EXERCISE OBJECTIVE => A complete, unaltered copy of the listing is needed. Write it out.

BEGIN

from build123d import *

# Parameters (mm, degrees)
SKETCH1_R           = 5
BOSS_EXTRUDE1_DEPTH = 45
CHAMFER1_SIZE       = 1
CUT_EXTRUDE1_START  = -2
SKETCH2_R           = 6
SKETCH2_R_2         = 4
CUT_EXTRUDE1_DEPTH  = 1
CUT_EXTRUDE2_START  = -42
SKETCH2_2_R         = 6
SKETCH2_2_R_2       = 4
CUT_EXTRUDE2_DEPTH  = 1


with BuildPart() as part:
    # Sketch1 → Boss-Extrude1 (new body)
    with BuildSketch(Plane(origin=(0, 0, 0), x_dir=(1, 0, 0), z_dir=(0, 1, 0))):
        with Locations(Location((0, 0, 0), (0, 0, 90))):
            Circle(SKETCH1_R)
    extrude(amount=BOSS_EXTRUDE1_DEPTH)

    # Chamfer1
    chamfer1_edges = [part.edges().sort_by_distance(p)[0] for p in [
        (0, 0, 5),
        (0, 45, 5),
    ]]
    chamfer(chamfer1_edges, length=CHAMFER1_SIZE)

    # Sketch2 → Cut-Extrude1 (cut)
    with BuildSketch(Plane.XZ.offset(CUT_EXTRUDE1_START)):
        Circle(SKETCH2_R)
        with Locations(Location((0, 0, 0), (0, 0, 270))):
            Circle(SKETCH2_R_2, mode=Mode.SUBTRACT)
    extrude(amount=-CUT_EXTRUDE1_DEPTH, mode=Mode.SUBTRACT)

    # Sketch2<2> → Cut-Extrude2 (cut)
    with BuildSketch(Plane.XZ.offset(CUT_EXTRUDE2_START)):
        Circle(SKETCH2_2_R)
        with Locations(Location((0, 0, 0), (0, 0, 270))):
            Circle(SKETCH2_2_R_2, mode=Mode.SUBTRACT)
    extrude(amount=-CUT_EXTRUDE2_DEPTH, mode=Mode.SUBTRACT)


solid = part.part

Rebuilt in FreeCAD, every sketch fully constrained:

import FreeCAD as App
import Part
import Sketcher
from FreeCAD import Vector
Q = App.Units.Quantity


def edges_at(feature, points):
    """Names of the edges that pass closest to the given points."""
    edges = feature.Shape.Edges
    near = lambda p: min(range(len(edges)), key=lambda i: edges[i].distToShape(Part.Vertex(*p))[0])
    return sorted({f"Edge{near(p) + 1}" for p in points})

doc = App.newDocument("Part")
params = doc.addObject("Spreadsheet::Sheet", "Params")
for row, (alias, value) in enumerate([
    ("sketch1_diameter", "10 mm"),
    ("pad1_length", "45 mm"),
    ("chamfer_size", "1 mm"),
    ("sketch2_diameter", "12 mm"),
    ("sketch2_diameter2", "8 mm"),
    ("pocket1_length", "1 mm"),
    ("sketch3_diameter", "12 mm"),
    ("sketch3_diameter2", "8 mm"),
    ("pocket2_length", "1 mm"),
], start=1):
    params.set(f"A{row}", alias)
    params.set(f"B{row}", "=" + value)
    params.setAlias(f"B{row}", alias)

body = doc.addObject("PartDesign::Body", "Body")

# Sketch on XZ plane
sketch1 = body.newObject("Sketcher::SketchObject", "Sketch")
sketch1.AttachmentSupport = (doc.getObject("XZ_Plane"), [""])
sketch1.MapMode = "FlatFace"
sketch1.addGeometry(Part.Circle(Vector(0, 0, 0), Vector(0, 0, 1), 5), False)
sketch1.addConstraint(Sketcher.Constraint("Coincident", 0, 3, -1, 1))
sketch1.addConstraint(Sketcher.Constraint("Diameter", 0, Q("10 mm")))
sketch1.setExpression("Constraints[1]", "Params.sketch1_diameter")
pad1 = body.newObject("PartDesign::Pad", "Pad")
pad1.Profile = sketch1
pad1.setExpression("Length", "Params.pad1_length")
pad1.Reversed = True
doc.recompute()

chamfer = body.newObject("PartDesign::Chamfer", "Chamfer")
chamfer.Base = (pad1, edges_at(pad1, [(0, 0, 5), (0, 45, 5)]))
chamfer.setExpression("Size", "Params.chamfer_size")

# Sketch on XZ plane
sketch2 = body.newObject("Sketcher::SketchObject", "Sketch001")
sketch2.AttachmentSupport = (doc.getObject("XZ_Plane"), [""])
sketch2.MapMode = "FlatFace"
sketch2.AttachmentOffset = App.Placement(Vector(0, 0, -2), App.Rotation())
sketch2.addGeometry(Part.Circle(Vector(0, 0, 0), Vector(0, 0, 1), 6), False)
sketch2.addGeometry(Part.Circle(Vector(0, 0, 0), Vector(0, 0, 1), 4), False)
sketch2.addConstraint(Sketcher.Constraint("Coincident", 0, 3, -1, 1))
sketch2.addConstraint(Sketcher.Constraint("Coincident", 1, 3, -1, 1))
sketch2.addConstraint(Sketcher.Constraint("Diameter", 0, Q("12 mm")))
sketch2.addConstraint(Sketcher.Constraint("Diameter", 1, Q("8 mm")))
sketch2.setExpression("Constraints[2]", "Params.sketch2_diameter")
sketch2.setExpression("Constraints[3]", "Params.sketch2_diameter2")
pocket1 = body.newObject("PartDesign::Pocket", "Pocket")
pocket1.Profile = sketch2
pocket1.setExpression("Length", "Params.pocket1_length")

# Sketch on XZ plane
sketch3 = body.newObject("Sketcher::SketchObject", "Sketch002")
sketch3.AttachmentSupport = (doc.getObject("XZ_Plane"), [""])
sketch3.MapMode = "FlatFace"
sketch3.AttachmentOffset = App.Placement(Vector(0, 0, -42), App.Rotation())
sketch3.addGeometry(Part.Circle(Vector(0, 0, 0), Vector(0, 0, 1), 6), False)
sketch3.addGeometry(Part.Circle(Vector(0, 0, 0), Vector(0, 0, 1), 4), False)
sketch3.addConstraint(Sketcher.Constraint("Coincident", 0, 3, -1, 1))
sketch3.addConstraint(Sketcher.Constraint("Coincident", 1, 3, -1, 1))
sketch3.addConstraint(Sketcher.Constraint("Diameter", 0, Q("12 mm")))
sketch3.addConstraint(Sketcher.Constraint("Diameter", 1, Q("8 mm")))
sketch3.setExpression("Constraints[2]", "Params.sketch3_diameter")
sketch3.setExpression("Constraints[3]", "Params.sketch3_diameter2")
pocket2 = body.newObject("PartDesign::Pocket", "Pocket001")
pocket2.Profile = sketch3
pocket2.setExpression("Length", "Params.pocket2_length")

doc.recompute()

END

RESPONSE TO THIS TASK =>
from build123d import *

# Parameters (mm, degrees)
SKETCH1_R           = 5
BOSS_EXTRUDE1_DEPTH = 45
CHAMFER1_SIZE       = 1
CUT_EXTRUDE1_START  = -2
SKETCH2_R           = 6
SKETCH2_R_2         = 4
CUT_EXTRUDE1_DEPTH  = 1
CUT_EXTRUDE2_START  = -42
SKETCH2_2_R         = 6
SKETCH2_2_R_2       = 4
CUT_EXTRUDE2_DEPTH  = 1


with BuildPart() as part:
    # Sketch1 → Boss-Extrude1 (new body)
    with BuildSketch(Plane(origin=(0, 0, 0), x_dir=(1, 0, 0), z_dir=(0, 1, 0))):
        with Locations(Location((0, 0, 0), (0, 0, 90))):
            Circle(SKETCH1_R)
    extrude(amount=BOSS_EXTRUDE1_DEPTH)

    # Chamfer1
    chamfer1_edges = [part.edges().sort_by_distance(p)[0] for p in [
        (0, 0, 5),
        (0, 45, 5),
    ]]
    chamfer(chamfer1_edges, length=CHAMFER1_SIZE)

    # Sketch2 → Cut-Extrude1 (cut)
    with BuildSketch(Plane.XZ.offset(CUT_EXTRUDE1_START)):
        Circle(SKETCH2_R)
        with Locations(Location((0, 0, 0), (0, 0, 270))):
            Circle(SKETCH2_R_2, mode=Mode.SUBTRACT)
    extrude(amount=-CUT_EXTRUDE1_DEPTH, mode=Mode.SUBTRACT)

    # Sketch2<2> → Cut-Extrude2 (cut)
    with BuildSketch(Plane.XZ.offset(CUT_EXTRUDE2_START)):
        Circle(SKETCH2_2_R)
        with Locations(Location((0, 0, 0), (0, 0, 270))):
            Circle(SKETCH2_2_R_2, mode=Mode.SUBTRACT)
    extrude(amount=-CUT_EXTRUDE2_DEPTH, mode=Mode.SUBTRACT)


solid = part.part

Rebuilt in FreeCAD, every sketch fully constrained:

import FreeCAD as App
import Part
import Sketcher
from FreeCAD import Vector
Q = App.Units.Quantity


def edges_at(feature, points):
    """Names of the edges that pass closest to the given points."""
    edges = feature.Shape.Edges
    near = lambda p: min(range(len(edges)), key=lambda i: edges[i].distToShape(Part.Vertex(*p))[0])
    return sorted({f"Edge{near(p) + 1}" for p in points})

doc = App.newDocument("Part")
params = doc.addObject("Spreadsheet::Sheet", "Params")
for row, (alias, value) in enumerate([
    ("sketch1_diameter", "10 mm"),
    ("pad1_length", "45 mm"),
    ("chamfer_size", "1 mm"),
    ("sketch2_diameter", "12 mm"),
    ("sketch2_diameter2", "8 mm"),
    ("pocket1_length", "1 mm"),
    ("sketch3_diameter", "12 mm"),
    ("sketch3_diameter2", "8 mm"),
    ("pocket2_length", "1 mm"),
], start=1):
    params.set(f"A{row}", alias)
    params.set(f"B{row}", "=" + value)
    params.setAlias(f"B{row}", alias)

body = doc.addObject("PartDesign::Body", "Body")

# Sketch on XZ plane
sketch1 = body.newObject("Sketcher::SketchObject", "Sketch")
sketch1.AttachmentSupport = (doc.getObject("XZ_Plane"), [""])
sketch1.MapMode = "FlatFace"
sketch1.addGeometry(Part.Circle(Vector(0, 0, 0), Vector(0, 0, 1), 5), False)
sketch1.addConstraint(Sketcher.Constraint("Coincident", 0, 3, -1, 1))
sketch1.addConstraint(Sketcher.Constraint("Diameter", 0, Q("10 mm")))
sketch1.setExpression("Constraints[1]", "Params.sketch1_diameter")
pad1 = body.newObject("PartDesign::Pad", "Pad")
pad1.Profile = sketch1
pad1.setExpression("Length", "Params.pad1_length")
pad1.Reversed = True
doc.recompute()

chamfer = body.newObject("PartDesign::Chamfer", "Chamfer")
chamfer.Base = (pad1, edges_at(pad1, [(0, 0, 5), (0, 45, 5)]))
chamfer.setExpression("Size", "Params.chamfer_size")

# Sketch on XZ plane
sketch2 = body.newObject("Sketcher::SketchObject", "Sketch001")
sketch2.AttachmentSupport = (doc.getObject("XZ_Plane"), [""])
sketch2.MapMode = "FlatFace"
sketch2.AttachmentOffset = App.Placement(Vector(0, 0, -2), App.Rotation())
sketch2.addGeometry(Part.Circle(Vector(0, 0, 0), Vector(0, 0, 1), 6), False)
sketch2.addGeometry(Part.Circle(Vector(0, 0, 0), Vector(0, 0, 1), 4), False)
sketch2.addConstraint(Sketcher.Constraint("Coincident", 0, 3, -1, 1))
sketch2.addConstraint(Sketcher.Constraint("Coincident", 1, 3, -1, 1))
sketch2.addConstraint(Sketcher.Constraint("Diameter", 0, Q("12 mm")))
sketch2.addConstraint(Sketcher.Constraint("Diameter", 1, Q("8 mm")))
sketch2.setExpression("Constraints[2]", "Params.sketch2_diameter")
sketch2.setExpression("Constraints[3]", "Params.sketch2_diameter2")
pocket1 = body.newObject("PartDesign::Pocket", "Pocket")
pocket1.Profile = sketch2
pocket1.setExpression("Length", "Params.pocket1_length")

# Sketch on XZ plane
sketch3 = body.newObject("Sketcher::SketchObject", "Sketch002")
sketch3.AttachmentSupport = (doc.getObject("XZ_Plane"), [""])
sketch3.MapMode = "FlatFace"
sketch3.AttachmentOffset = App.Placement(Vector(0, 0, -42), App.Rotation())
sketch3.addGeometry(Part.Circle(Vector(0, 0, 0), Vector(0, 0, 1), 6), False)
sketch3.addGeometry(Part.Circle(Vector(0, 0, 0), Vector(0, 0, 1), 4), False)
sketch3.addConstraint(Sketcher.Constraint("Coincident", 0, 3, -1, 1))
sketch3.addConstraint(Sketcher.Constraint("Coincident", 1, 3, -1, 1))
sketch3.addConstraint(Sketcher.Constraint("Diameter", 0, Q("12 mm")))
sketch3.addConstraint(Sketcher.Constraint("Diameter", 1, Q("8 mm")))
sketch3.setExpression("Constraints[2]", "Params.sketch3_diameter")
sketch3.setExpression("Constraints[3]", "Params.sketch3_diameter2")
pocket2 = body.newObject("PartDesign::Pocket", "Pocket001")
pocket2.Profile = sketch3
pocket2.setExpression("Length", "Params.pocket2_length")

doc.recompute()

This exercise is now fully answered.